# Sleeve length



## goodear (Nov 29, 2007)

An off-the-rack American shirt has sleeve length of "34/35." What exactly does "34/35" mean?


----------



## Trimmer (Nov 2, 2005)

They don't do different sleeve lengths like decent shirtmakers and all their shirts have 34.5 sleeves.


----------



## Trimmer (Nov 2, 2005)

The sleeves are likely to shrink an inch.


----------



## Trimmer (Nov 2, 2005)

The sleeves have different arm lengths.


----------



## Trimmer (Nov 2, 2005)

More generously, they may have 'adjustable' double-cuff sleeves ie two sets of holes.


----------



## goodear (Nov 29, 2007)

Trimmer said:


> They don't do different sleeve lengths like decent shirtmakers and all their shirts have 34.5 sleeves.
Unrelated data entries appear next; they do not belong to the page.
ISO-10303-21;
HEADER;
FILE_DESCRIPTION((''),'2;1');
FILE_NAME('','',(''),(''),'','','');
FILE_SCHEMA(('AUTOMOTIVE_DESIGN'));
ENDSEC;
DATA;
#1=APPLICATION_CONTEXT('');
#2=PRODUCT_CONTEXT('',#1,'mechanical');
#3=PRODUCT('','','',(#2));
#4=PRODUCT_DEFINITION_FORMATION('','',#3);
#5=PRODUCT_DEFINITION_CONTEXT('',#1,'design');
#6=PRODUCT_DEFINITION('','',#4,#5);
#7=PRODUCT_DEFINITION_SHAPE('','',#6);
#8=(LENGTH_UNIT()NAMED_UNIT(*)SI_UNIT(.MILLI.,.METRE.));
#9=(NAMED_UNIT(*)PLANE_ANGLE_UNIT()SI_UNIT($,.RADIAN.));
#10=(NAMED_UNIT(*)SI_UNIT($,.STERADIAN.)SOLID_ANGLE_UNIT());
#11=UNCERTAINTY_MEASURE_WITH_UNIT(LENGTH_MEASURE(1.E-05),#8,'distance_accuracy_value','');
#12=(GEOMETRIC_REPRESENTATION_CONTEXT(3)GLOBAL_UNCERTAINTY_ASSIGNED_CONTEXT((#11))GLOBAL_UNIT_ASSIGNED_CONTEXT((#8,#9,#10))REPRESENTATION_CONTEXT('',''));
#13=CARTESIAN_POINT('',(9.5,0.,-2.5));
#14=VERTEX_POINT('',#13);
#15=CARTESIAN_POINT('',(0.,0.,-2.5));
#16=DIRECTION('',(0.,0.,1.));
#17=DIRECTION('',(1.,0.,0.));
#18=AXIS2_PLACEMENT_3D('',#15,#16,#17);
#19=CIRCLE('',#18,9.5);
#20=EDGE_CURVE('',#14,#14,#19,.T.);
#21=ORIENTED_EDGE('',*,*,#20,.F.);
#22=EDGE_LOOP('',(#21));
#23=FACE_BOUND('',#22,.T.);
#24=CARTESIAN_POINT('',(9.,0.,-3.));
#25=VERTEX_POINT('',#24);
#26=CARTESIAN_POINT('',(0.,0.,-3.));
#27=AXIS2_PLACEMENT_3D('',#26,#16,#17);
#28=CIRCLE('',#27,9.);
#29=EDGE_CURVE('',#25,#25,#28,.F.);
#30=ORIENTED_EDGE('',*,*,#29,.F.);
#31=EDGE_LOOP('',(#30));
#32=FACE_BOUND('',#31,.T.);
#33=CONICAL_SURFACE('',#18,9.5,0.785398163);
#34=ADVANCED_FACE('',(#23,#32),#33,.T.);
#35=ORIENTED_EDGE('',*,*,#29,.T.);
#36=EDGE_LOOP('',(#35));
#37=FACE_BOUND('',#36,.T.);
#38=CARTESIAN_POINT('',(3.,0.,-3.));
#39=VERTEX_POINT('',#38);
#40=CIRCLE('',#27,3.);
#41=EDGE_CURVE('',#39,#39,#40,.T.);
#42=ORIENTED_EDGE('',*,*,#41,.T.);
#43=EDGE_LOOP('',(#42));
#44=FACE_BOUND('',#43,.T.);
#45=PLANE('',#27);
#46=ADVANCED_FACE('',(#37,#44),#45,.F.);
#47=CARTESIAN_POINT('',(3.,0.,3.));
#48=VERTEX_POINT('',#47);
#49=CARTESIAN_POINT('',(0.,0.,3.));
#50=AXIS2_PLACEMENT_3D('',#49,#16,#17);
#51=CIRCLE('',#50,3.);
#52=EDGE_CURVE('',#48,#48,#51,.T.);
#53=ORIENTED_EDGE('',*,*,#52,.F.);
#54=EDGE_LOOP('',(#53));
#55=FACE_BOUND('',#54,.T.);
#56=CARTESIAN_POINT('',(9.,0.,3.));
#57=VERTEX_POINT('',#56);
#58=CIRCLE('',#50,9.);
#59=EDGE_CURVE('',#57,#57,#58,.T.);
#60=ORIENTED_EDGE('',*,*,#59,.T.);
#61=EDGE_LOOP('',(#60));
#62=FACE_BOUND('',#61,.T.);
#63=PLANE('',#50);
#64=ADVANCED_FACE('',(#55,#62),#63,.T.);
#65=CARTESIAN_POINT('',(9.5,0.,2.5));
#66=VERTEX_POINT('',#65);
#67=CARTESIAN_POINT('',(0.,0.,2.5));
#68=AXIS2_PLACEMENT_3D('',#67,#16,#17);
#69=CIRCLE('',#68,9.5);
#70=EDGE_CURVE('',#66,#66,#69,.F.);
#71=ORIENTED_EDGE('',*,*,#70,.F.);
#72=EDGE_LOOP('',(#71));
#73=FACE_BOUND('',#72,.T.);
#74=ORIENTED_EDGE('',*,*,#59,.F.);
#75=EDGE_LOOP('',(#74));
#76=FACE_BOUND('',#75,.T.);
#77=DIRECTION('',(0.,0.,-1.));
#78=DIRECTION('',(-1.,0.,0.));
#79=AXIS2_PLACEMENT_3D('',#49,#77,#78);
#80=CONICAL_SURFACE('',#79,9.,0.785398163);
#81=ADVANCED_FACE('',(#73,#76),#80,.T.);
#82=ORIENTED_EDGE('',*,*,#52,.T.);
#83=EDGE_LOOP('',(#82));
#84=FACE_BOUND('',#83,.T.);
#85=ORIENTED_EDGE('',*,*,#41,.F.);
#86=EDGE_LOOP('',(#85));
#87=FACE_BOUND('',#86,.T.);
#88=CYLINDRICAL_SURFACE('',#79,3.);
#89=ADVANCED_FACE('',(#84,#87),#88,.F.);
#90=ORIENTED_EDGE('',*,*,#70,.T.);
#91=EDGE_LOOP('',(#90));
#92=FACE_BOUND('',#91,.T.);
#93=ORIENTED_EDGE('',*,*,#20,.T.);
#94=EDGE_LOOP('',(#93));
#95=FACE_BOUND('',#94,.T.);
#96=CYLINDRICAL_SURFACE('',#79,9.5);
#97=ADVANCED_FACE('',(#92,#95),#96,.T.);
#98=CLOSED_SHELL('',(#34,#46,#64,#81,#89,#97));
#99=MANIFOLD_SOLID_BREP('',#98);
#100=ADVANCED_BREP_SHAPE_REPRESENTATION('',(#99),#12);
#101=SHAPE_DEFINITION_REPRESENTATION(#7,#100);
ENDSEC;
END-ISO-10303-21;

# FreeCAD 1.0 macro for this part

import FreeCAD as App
import Part
import Sketcher
Q = App.Units.Quantity


def edges_at(feature, points):
    """Names of the edges that pass closest to the given points."""
    edges = feature.Shape.Edges
    near = lambda p: min(range(len(edges)), key=lambda i: edges[i].distToShape(Part.Vertex(*p))[0])
    return sorted({f"Edge{near(p) + 1}" for p in points})

doc = App.newDocument("Part")
body = doc.addObject("PartDesign::Body", "Body")

sketch1 = body.newObject("Sketcher::SketchObject", "Sketch")
sketch1.AttachmentSupport = (doc.getObject("XY_Plane"), [""])
sketch1.MapMode = "FlatFace"
sketch1.addGeometry(Part.Circle(App.Vector(0, 0, 0), App.Vector(0, 0, 1), 9.5), False)
sketch1.addGeometry(Part.Circle(App.Vector(0, 0, 0), App.Vector(0, 0, 1), 3), False)
sketch1.addConstraint(Sketcher.Constraint("Coincident", 0, 3, -1, 1))
sketch1.addConstraint(Sketcher.Constraint("Coincident", 1, 3, -1, 1))
sketch1.addConstraint(Sketcher.Constraint("Diameter", 0, Q("19 mm")))
sketch1.addConstraint(Sketcher.Constraint("Diameter", 1, Q("6 mm")))
pad1 = body.newObject("PartDesign::Pad", "Pad")
pad1.Profile = sketch1
pad1.Length = 6
pad1.Midplane = True
doc.recompute()

chamfer = body.newObject("PartDesign::Chamfer", "Chamfer")
chamfer.Base = (pad1, edges_at(pad1, [(-9.5, 0, -3), (-9.5, 0, 3)]))
chamfer.Size = 0.5

doc.recompute()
So you're saying that 34/35 means 34.5 (34 and a half)?


----------



## goodear (Nov 29, 2007)

Trimmer said:


> The sleeves have different arm lengths.


So you mean the right arm is 34 and left arm is 35?


----------



## Jim In Sunny So Calif (May 13, 2006)

It means that it probably won't fit right - unless you are lucky. I tried that sizing once and went back to buying better shirts with exact sizing.

Cheers, Jim.


----------



## Acct2000 (Sep 24, 2005)

It may not be perfect, but a lot depends on what you are doing. This is an attempt to sort of fit either a 34 or a 35. This may be okay for you; obviously it is not an MTM. 
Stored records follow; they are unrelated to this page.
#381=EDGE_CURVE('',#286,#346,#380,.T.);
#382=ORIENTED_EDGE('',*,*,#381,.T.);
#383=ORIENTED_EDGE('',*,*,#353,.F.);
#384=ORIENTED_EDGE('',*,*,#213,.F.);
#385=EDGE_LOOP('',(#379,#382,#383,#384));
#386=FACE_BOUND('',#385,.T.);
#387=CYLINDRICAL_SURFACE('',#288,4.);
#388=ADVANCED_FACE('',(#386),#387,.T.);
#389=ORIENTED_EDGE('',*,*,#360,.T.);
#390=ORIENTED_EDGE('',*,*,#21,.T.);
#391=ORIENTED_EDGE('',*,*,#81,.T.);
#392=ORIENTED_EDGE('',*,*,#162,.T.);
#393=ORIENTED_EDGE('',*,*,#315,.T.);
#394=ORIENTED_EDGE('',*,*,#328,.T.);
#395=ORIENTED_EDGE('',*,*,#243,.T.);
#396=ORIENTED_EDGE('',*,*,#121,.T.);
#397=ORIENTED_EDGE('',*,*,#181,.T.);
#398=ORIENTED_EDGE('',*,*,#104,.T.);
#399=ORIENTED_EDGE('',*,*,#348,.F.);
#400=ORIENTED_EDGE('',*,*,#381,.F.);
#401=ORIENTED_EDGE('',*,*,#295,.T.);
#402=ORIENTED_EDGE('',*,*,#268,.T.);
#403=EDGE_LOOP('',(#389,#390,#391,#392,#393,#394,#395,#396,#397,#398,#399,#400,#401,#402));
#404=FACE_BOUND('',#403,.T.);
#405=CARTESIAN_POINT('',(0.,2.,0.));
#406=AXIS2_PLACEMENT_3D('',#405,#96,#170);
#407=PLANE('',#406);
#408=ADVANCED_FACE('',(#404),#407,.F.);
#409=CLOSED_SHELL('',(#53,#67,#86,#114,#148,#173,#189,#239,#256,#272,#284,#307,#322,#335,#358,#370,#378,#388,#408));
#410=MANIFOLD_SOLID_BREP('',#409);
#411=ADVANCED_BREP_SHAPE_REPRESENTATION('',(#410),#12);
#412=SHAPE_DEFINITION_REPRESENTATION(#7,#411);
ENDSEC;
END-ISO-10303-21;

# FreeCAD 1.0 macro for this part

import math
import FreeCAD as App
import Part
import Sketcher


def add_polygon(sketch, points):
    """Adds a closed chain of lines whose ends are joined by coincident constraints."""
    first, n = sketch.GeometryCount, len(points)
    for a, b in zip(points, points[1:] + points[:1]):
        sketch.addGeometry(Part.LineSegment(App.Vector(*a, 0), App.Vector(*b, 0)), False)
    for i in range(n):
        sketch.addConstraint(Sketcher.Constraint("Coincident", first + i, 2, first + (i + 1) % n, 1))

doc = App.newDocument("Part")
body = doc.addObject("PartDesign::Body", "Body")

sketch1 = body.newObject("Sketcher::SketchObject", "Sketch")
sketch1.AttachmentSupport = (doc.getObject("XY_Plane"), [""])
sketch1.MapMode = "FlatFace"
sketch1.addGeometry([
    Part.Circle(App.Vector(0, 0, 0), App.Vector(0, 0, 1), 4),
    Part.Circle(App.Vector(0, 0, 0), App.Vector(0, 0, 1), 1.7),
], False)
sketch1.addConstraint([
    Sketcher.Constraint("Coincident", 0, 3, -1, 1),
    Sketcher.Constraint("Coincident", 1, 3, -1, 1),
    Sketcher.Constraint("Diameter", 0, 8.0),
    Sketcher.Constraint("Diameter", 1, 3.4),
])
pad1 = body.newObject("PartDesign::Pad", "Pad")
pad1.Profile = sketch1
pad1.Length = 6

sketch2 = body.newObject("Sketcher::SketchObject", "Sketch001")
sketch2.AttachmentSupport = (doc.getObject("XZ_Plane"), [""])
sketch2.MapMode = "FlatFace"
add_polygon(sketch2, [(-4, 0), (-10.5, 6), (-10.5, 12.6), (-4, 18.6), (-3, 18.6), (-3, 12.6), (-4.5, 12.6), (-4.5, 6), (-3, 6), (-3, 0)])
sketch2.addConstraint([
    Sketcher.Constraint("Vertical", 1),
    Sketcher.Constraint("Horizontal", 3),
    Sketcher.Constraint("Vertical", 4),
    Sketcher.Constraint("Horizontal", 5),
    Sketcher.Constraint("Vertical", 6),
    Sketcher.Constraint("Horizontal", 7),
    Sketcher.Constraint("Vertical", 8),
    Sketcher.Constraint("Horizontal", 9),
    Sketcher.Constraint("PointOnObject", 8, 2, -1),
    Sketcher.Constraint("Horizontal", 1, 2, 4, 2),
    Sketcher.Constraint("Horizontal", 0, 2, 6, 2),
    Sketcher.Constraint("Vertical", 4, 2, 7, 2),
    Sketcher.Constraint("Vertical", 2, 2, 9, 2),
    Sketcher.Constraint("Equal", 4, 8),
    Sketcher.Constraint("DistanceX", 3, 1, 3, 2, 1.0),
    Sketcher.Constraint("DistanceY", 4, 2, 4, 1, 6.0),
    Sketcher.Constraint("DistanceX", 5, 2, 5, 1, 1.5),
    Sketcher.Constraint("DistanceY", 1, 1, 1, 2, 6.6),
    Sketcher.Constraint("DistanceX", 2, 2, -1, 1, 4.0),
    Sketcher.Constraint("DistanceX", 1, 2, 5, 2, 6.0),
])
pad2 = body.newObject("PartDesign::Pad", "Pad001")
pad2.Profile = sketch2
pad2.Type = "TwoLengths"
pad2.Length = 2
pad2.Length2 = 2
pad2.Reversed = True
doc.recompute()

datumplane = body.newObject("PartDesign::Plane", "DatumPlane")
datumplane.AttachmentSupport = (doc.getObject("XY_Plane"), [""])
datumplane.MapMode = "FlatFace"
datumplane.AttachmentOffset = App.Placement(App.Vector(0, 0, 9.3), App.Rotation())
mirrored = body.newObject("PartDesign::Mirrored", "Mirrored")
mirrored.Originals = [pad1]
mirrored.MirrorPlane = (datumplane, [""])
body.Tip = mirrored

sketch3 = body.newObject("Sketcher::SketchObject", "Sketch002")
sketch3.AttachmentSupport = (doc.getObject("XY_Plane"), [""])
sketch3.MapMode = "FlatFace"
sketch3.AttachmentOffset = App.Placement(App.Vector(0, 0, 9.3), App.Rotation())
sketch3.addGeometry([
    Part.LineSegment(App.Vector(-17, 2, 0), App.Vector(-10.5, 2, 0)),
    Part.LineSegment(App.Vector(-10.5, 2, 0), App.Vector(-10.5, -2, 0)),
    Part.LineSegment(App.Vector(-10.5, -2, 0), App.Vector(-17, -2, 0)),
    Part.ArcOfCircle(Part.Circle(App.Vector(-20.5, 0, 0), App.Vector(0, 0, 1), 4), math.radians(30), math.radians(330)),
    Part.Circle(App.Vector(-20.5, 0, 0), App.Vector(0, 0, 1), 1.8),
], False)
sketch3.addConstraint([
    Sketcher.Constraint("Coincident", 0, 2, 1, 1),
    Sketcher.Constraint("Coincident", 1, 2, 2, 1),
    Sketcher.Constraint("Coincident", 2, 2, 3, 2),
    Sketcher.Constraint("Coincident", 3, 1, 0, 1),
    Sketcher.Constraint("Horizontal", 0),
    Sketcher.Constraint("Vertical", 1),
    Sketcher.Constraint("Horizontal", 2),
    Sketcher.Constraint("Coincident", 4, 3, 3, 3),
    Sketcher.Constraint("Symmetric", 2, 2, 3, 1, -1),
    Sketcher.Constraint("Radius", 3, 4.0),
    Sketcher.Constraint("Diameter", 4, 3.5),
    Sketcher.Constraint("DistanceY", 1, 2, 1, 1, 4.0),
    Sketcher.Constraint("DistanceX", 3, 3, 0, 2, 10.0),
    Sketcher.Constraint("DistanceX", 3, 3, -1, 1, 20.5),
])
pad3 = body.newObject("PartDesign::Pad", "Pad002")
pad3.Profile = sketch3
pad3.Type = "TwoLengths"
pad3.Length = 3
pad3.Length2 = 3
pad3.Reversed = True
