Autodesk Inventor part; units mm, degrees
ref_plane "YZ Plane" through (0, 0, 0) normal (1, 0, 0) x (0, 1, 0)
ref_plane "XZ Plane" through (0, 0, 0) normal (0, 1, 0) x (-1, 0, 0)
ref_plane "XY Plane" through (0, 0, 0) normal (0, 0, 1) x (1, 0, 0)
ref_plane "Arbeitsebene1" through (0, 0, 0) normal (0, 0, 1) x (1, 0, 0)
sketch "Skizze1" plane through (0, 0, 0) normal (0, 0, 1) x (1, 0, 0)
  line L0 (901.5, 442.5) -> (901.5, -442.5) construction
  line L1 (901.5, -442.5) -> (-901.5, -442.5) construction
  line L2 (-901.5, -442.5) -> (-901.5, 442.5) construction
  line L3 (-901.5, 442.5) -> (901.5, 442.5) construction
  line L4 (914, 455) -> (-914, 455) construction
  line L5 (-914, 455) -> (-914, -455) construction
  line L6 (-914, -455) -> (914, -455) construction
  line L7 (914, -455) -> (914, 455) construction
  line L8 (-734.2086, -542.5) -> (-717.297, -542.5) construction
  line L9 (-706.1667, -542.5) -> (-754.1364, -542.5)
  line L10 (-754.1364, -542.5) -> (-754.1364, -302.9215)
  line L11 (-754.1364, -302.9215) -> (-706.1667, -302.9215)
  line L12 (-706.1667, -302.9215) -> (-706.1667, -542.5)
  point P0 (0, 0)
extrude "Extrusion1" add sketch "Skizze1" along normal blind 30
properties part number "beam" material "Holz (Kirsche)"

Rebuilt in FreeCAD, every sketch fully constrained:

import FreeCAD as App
import Part
import Sketcher

V = App.Vector


def add_polygon(sketch, points):
    """Adds a closed chain of lines whose ends are joined by coincident constraints."""
    first, n = sketch.GeometryCount, len(points)
    for a, b in zip(points, points[1:] + points[:1]):
        sketch.addGeometry(Part.LineSegment(App.Vector(*a, 0), App.Vector(*b, 0)), False)
    for i in range(n):
        sketch.addConstraint(Sketcher.Constraint("Coincident", first + i, 2, first + (i + 1) % n, 1))

doc = App.newDocument("Part")
body = doc.addObject("PartDesign::Body", "Body")

sketch1 = body.newObject("Sketcher::SketchObject", "Sketch")
sketch1.AttachmentSupport = (doc.getObject("XY_Plane"), [""])
sketch1.MapMode = "FlatFace"
add_polygon(sketch1, [(-754, -542), (-706, -542), (-706, -303), (-754, -303)])
sketch1.addConstraint([
    Sketcher.Constraint("Horizontal", 0),
    Sketcher.Constraint("Vertical", 1),
    Sketcher.Constraint("Horizontal", 2),
    Sketcher.Constraint("Vertical", 3),
    Sketcher.Constraint("DistanceY", 0, 2, -1, 1, 542.5),
    Sketcher.Constraint("DistanceX", 0, 1, 0, 2, 47.9697),
    Sketcher.Constraint("DistanceY", 1, 1, 1, 2, 239.5785),
    Sketcher.Constraint("DistanceX", 0, 2, -1, 1, 706.1667),
])
pad1 = body.newObject("PartDesign::Pad", "Pad")
pad1.Profile = sketch1
pad1.Length = 30

doc.recompute()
Especially if you do not have to wear it with a jacket, it may be just fine. It just won't be as accurate as a 34 or a 35.


----------



## a tailor (May 16, 2005)

*34 35*

when fastened on the outer cuff button the cuff slides down and is size 35.
when fastened on the inner cuff button the cuff cannot slide down and is size 34.
this cuts the sleeve length inventory by 50 %.
formerly sport shirts came in all neck sizes. now they are s. m. l. xl. xxl. again 1/2 the inventory.


----------



## marlinspike (Jun 4, 2007)

a tailor said:


> when fastened on the outer cuff button the cuff slides down and is size 35.
> when fastened on the inner cuff button the cuff cannot slide down and is size 34.
> this cuts the sleeve length inventory by 50 %.
> formerly sport shirts came in all neck sizes. now they are s. m. l. xl. xxl. again 1/2 the inventory.


That would make sense, but in your average department store you see a whole slew of shirts marked 34/35 that only have one button on the cuff. I always understood a shirt marked as having a 34/35 sleeve as meaning I would be better off throwing money in the gutter.


----------



## Matt S (Jun 15, 2006)

marlinspike said:


> That would make sense, but in your average department store you see a whole slew of shirts marked 34/35 that only have one button on the cuff.


They are 1-button cuffs, but they will have 2 buttons for tightness. These cuffs don't really change anything, because basically the sleeve length is the longer of the two numbers. The two buttons are there for wrist size. The proper thing to do is to cut off the button not in use, or cut of both buttons and sew one in the ideal locations. Only French Cuffs that have an extra set of holes effectively shorten the sleeve.


----------



## StephenRG (Apr 7, 2005)

It means that if you take a 33.5" sleeve, the 32/33 will be an inch too short and the 34/35 will be an inch too long. Happy to be of service.


----------



## JerseyJohn (Oct 26, 2007)

I always figured it means "it sort of fits if you need a 34 or a 35". How it actually fits if you're in that range will depend on the individual manufacturer.


----------



## David V (Sep 19, 2005)

Matt S said:


> They are 1-button cuffs, but they will have 2 buttons for tightness. These cuffs don't really change anything, because basically the sleeve length is the longer of the two numbers. The two buttons are there for wrist size. The proper thing to do is to cut off the button not in use, or cut of both buttons and sew one in the ideal locations. Only French Cuffs that have an extra set of holes effectively shorten the sleeve.


I have found what Matt S said to be true.


----------



## Frank aka The Minotaur (Nov 12, 2004)

a tailor said:


> formerly sport shirts came in all neck sizes. now they are s. m. l. xl. xxl. again 1/2 the inventory.


Which is annoying when you need an 18 or 18 1/2 neck and a 33 sleeve, which are plentiful in number sized shirts. An XL, which I take (XXL in some shirts) have a 34-35 sleeve. RL's ocbd come in letter sizes. In an XL I either keep hiking up my sleeves or roll them up. I ought to just find out what the cost would be to shorten the sleeves (from the shoulder, I assume).


----------



## etp777 (Nov 27, 2007)

Frank, I have the same problem, though one size smaller. I've moved buttons on cuffs of most of them so they fit right at wrist, but then of course they're baggier than they should be. When I get back from this contract, I plan on having them properly shortened, so feel free to post what you find on pricing, I'd be interested.


----------



## a tailor (May 16, 2005)

StephenRG said:


> It means that if you take a 33.5" sleeve, the 32/33 will be an inch too short and the 34/35 will be an inch too long. Happy to be of service.


no 1/2" and 1 1/2" respectively.


----------